> _Directions for this task_:
For the entries that follow, count the lines containing the string "SUBTRACT" and write only the number.

Data items:
━━━

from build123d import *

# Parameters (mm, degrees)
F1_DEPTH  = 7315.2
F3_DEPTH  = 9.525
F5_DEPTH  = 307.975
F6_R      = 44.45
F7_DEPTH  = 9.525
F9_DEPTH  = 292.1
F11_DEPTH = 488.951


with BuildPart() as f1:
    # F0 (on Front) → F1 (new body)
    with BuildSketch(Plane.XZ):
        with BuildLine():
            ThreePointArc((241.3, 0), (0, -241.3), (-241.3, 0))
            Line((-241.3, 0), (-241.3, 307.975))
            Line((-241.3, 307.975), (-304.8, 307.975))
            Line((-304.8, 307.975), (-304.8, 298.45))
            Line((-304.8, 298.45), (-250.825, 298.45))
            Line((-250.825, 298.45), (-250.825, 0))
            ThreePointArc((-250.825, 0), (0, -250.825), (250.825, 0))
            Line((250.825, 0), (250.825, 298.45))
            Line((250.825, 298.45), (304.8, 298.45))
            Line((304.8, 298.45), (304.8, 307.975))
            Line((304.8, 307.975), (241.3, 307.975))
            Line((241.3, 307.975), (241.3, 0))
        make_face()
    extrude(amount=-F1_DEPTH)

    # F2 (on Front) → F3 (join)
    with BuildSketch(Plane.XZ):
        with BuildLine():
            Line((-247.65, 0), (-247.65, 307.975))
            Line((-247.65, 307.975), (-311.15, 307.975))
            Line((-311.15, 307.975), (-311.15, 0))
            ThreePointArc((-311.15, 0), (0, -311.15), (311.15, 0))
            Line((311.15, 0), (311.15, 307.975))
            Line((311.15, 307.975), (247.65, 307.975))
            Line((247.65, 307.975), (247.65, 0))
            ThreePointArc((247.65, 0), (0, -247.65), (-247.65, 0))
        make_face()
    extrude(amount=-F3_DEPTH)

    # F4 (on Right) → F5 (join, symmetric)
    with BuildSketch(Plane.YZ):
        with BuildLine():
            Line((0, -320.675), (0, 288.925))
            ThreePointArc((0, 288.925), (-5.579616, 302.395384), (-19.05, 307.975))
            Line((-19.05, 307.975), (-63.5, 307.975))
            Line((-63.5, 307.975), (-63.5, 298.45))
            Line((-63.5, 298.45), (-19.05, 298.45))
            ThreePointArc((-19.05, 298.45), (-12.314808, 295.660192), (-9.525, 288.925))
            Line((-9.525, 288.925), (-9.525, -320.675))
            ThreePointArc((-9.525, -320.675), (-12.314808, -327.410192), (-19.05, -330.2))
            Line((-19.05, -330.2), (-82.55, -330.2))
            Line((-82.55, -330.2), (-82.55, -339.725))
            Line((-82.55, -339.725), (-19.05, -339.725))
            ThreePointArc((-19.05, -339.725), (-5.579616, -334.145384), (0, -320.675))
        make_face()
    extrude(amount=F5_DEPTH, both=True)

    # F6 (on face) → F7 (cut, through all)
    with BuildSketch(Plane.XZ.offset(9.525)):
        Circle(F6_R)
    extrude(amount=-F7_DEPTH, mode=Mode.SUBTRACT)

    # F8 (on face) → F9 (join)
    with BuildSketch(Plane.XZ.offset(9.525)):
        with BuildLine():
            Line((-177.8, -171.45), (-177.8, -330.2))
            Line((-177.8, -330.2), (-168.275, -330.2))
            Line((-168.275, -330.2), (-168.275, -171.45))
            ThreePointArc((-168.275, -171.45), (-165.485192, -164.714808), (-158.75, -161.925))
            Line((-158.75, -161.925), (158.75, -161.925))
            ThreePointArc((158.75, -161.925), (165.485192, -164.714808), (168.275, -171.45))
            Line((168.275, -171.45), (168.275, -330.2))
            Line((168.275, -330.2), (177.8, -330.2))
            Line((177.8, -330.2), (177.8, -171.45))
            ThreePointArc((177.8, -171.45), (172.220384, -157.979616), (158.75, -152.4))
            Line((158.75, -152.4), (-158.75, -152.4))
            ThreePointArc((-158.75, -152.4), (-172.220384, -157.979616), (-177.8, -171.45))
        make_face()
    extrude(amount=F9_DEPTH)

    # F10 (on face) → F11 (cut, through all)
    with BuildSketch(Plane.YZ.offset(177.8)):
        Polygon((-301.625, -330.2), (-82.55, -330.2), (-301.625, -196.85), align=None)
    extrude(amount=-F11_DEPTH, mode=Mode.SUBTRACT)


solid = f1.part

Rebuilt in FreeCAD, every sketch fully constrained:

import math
import FreeCAD as App
import Part
import Sketcher

V = App.Vector
Q = App.Units.Quantity

doc = App.newDocument("Part")
params = doc.addObject("Spreadsheet::Sheet", "Params")
for row, (alias, value) in enumerate([
    ("sketch1_radius", "9.5 in"),
    ("sketch1_width", "2.5 in"),
    ("sketch1_radius2", "9.875 in"),
    ("sketch1_height", "11.75 in"),
    ("sketch1_height2", "12.125 in"),
    ("pad1_length", "288 in"),
    ("sketch2_radius", "12.25 in"),
    ("sketch2_radius2", "9.75 in"),
    ("sketch2_height", "12.125 in"),
    ("pad2_length", "0.375 in"),
    ("sketch3_height", "24 in"),
    ("sketch3_radius", "0.75 in"),
    ("sketch3_width", "2.5 in"),
    ("sketch3_radius2", "0.375 in"),
    ("sketch3_width2", "1.75 in"),
    ("pad3_length", "24.25 in"),
    ("sketch4_diameter", "3.5 in"),
    ("sketch5_radius", "0.75 in"),
    ("sketch5_width", "12.5 in"),
    ("sketch5_radius2", "0.375 in"),
    ("pad4_length", "11.5 in"),
    ("sketch6_height", "5.25 in"),
    ("sketch6_width", "8.625 in"),
], start=1):
    params.set(f"A{row}", alias)
    params.set(f"B{row}", "=" + value)
    params.setAlias(f"B{row}", alias)

body = doc.addObject("PartDesign::Body", "Body")

# Sketch on XZ plane
sketch1 = body.newObject("Sketcher::SketchObject", "Sketch")
sketch1.AttachmentSupport = (doc.getObject("XZ_Plane"), [""])
sketch1.MapMode = "FlatFace"
sketch1.addGeometry(Part.ArcOfCircle(Part.Circle(V(0, 0, 0), V(0, 0, 1), 241.3), math.radians(180), math.radians(360)), False)
sketch1.addGeometry(Part.LineSegment(V(-241.3, 0, 0), V(-241.3, 307.975, 0)), False)
sketch1.addGeometry(Part.LineSegment(V(-241.3, 307.975, 0), V(-304.8, 307.975, 0)), False)
sketch1.addGeometry(Part.LineSegment(V(-304.8, 307.975, 0), V(-304.8, 298.45, 0)), False)
sketch1.addGeometry(Part.LineSegment(V(-304.8, 298.45, 0), V(-250.825, 298.45, 0)), False)
sketch1.addGeometry(Part.LineSegment(V(-250.825, 298.45, 0), V(-250.825, 0, 0)), False)
sketch1.addGeometry(Part.ArcOfCircle(Part.Circle(V(0, 0, 0), V(0, 0, 1), 250.825), math.radians(180), math.radians(360)), False)
sketch1.addGeometry(Part.LineSegment(V(250.825, 0, 0), V(250.825, 298.45, 0)), False)
sketch1.addGeometry(Part.LineSegment(V(250.825, 298.45, 0), V(304.8, 298.45, 0)), False)
sketch1.addGeometry(Part.LineSegment(V(304.8, 298.45, 0), V(304.8, 307.975, 0)), False)
sketch1.addGeometry(Part.LineSegment(V(304.8, 307.975, 0), V(241.3, 307.975, 0)), False)
sketch1.addGeometry(Part.LineSegment(V(241.3, 307.975, 0), V(241.3, 0, 0)), False)
sketch1.addConstraint(Sketcher.Constraint("Tangent", 0, 1, 1, 1))
sketch1.addConstraint(Sketcher.Constraint("Coincident", 1, 2, 2, 1))
sketch1.addConstraint(Sketcher.Constraint("Coincident", 2, 2, 3, 1))
sketch1.addConstraint(Sketcher.Constraint("Coincident", 3, 2, 4, 1))
sketch1.addConstraint(Sketcher.Constraint("Coincident", 4, 2, 5, 1))
sketch1.addConstraint(Sketcher.Constraint("Tangent", 5, 2, 6, 1))
sketch1.addConstraint(Sketcher.Constraint("Tangent", 6, 2, 7, 1))
sketch1.addConstraint(Sketcher.Constraint("Coincident", 7, 2, 8, 1))
sketch1.addConstraint(Sketcher.Constraint("Coincident", 8, 2, 9, 1))
sketch1.addConstraint(Sketcher.Constraint("Coincident", 9, 2, 10, 1))
sketch1.addConstraint(Sketcher.Constraint("Coincident", 10, 2, 11, 1))
sketch1.addConstraint(Sketcher.Constraint("Tangent", 11, 2, 0, 2))
sketch1.addConstraint(Sketcher.Constraint("Vertical", 1))
sketch1.addConstraint(Sketcher.Constraint("Horizontal", 2))
sketch1.addConstraint(Sketcher.Constraint("Vertical", 3))
sketch1.addConstraint(Sketcher.Constraint("Horizontal", 4))
sketch1.addConstraint(Sketcher.Constraint("Vertical", 5))
sketch1.addConstraint(Sketcher.Constraint("Vertical", 7))
sketch1.addConstraint(Sketcher.Constraint("Horizontal", 8))
sketch1.addConstraint(Sketcher.Constraint("Vertical", 9))
sketch1.addConstraint(Sketcher.Constraint("Horizontal", 10))
sketch1.addConstraint(Sketcher.Constraint("Vertical", 11))
sketch1.addConstraint(Sketcher.Constraint("Coincident", 0, 3, -1, 1))
sketch1.addConstraint(Sketcher.Constraint("Coincident", 6, 3, -1, 1))
sketch1.addConstraint(Sketcher.Constraint("Symmetric", 3, 2, 8, 2, -2))
sketch1.addConstraint(Sketcher.Constraint("Horizontal", 2, 2, 9, 2))
sketch1.addConstraint(Sketcher.Constraint("Radius", 0, Q("9.5 in")))
sketch1.addConstraint(Sketcher.Constraint("DistanceX", 2, 2, 2, 1, Q("2.5 in")))
sketch1.addConstraint(Sketcher.Constraint("Radius", 6, Q("9.875 in")))
sketch1.addConstraint(Sketcher.Constraint("DistanceY", 5, 2, 5, 1, Q("11.75 in")))
sketch1.addConstraint(Sketcher.Constraint("DistanceY", 1, 1, 1, 2, Q("12.125 in")))
sketch1.setExpression("Constraints[26]", "Params.sketch1_radius")
sketch1.setExpression("Constraints[27]", "Params.sketch1_width")
sketch1.setExpression("Constraints[28]", "Params.sketch1_radius2")
sketch1.setExpression("Constraints[29]", "Params.sketch1_height")
sketch1.setExpression("Constraints[30]", "Params.sketch1_height2")
pad1 = body.newObject("PartDesign::Pad", "Pad")
pad1.Profile = sketch1
pad1.setExpression("Length", "Params.pad1_length")
pad1.Reversed = True

# Sketch on XZ plane
sketch2 = body.newObject("Sketcher::SketchObject", "Sketch001")
sketch2.AttachmentSupport = (doc.getObject("XZ_Plane"), [""])
sketch2.MapMode = "FlatFace"
sketch2.addGeometry(Part.LineSegment(V(-247.65, 0, 0), V(-247.65, 307.975, 0)), False)
sketch2.addGeometry(Part.LineSegment(V(-247.65, 307.975, 0), V(-311.15, 307.975, 0)), False)
sketch2.addGeometry(Part.LineSegment(V(-311.15, 307.975, 0), V(-311.15, 0, 0)), False)
sketch2.addGeometry(Part.ArcOfCircle(Part.Circle(V(0, 0, 0), V(0, 0, 1), 311.15), math.radians(180), math.radians(360)), False)
sketch2.addGeometry(Part.LineSegment(V(311.15, 0, 0), V(311.15, 307.975, 0)), False)
sketch2.addGeometry(Part.LineSegment(V(311.15, 307.975, 0), V(247.65, 307.975, 0)), False)
sketch2.addGeometry(Part.LineSegment(V(247.65, 307.975, 0), V(247.65, 0, 0)), False)
sketch2.addGeometry(Part.ArcOfCircle(Part.Circle(V(0, 0, 0), V(0, 0, 1), 247.65), math.radians(180), math.radians(360)), False)
sketch2.addConstraint(Sketcher.Constraint("Coincident", 0, 2, 1, 1))
sketch2.addConstraint(Sketcher.Constraint("Coincident", 1, 2, 2, 1))
sketch2.addConstraint(Sketcher.Constraint("Tangent", 2, 2, 3, 1))
sketch2.addConstraint(Sketcher.Constraint("Tangent", 3, 2, 4, 1))
sketch2.addConstraint(Sketcher.Constraint("Coincident", 4, 2, 5, 1))
sketch2.addConstraint(Sketcher.Constraint("Coincident", 5, 2, 6, 1))
sketch2.addConstraint(Sketcher.Constraint("Tangent", 6, 2, 7, 2))
sketch2.addConstraint(Sketcher.Constraint("Tangent", 7, 1, 0, 1))
sketch2.addConstraint(Sketcher.Constraint("Vertical", 0))
sketch2.addConstraint(Sketcher.Constraint("Horizontal", 1))
sketch2.addConstraint(Sketcher.Constraint("Vertical", 2))
sketch2.addConstraint(Sketcher.Constraint("Vertical", 4))
sketch2.addConstraint(Sketcher.Constraint("Horizontal", 5))
sketch2.addConstraint(Sketcher.Constraint("Vertical", 6))
sketch2.addConstraint(Sketcher.Constraint("Coincident", 3, 3, -1, 1))
sketch2.addConstraint(Sketcher.Constraint("Coincident", 7, 3, -1, 1))
sketch2.addConstraint(Sketcher.Constraint("Horizontal", 1, 2, 4, 2))
sketch2.addConstraint(Sketcher.Constraint("Radius", 3, Q("12.25 in")))
sketch2.addConstraint(Sketcher.Constraint("Radius", 7, Q("9.75 in")))
sketch2.addConstraint(Sketcher.Constraint("DistanceY", 0, 1, 0, 2, Q("12.125 in")))
sketch2.setExpression("Constraints[17]", "Params.sketch2_radius")
sketch2.setExpression("Constraints[18]", "Params.sketch2_radius2")
sketch2.setExpression("Constraints[19]", "Params.sketch2_height")
pad2 = body.newObject("PartDesign::Pad", "Pad001")
pad2.Profile = sketch2
pad2.setExpression("Length", "Params.pad2_length")
pad2.Reversed = True

# Sketch on YZ plane
sketch3 = body.newObject("Sketcher::SketchObject", "Sketch002")
sketch3.AttachmentSupport = (doc.getObject("YZ_Plane"), [""])
sketch3.MapMode = "FlatFace"
sketch3.addGeometry(Part.LineSegment(V(0, -320.675, 0), V(0, 288.925, 0)), False)
sketch3.addGeometry(Part.ArcOfCircle(Part.Circle(V(-19.050001, 288.924999, 0), V(0, 0, 1), 19.050001), math.radians(0.000002), math.radians(89.999998)), False)
sketch3.addGeometry(Part.LineSegment(V(-19.05, 307.975, 0), V(-63.5, 307.975, 0)), False)
sketch3.addGeometry(Part.LineSegment(V(-63.5, 307.975, 0), V(-63.5, 298.45, 0)), False)
sketch3.addGeometry(Part.LineSegment(V(-63.5, 298.45, 0), V(-19.05, 298.45, 0)), False)
sketch3.addGeometry(Part.ArcOfCircle(Part.Circle(V(-19.05, 288.925, 0), V(0, 0, 1), 9.525), math.radians(0.000002), math.radians(89.999998)), False)
sketch3.addGeometry(Part.LineSegment(V(-9.525, 288.925, 0), V(-9.525, -320.675, 0)), False)
sketch3.addGeometry(Part.ArcOfCircle(Part.Circle(V(-19.05, -320.675, 0), V(0, 0, 1), 9.525), math.radians(-89.999998), math.radians(-0.000002)), False)
sketch3.addGeometry(Part.LineSegment(V(-19.05, -330.2, 0), V(-82.55, -330.2, 0)), False)
sketch3.addGeometry(Part.LineSegment(V(-82.55, -330.2, 0), V(-82.55, -339.725, 0)), False)
sketch3.addGeometry(Part.LineSegment(V(-82.55, -339.725, 0), V(-19.05, -339.725, 0)), False)
sketch3.addGeometry(Part.ArcOfCircle(Part.Circle(V(-19.050001, -320.674999, 0), V(0, 0, 1), 19.050001), math.radians(-89.999998), math.radians(-0.000002)), False)
sketch3.addConstraint(Sketcher.Constraint("Tangent", 0, 2, 1, 1))
sketch3.addConstraint(Sketcher.Constraint("Tangent", 1, 2, 2, 1))
sketch3.addConstraint(Sketcher.Constraint("Coincident", 2, 2, 3, 1))
sketch3.addConstraint(Sketcher.Constraint("Coincident", 3, 2, 4, 1))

━━━

> _Answer_:
2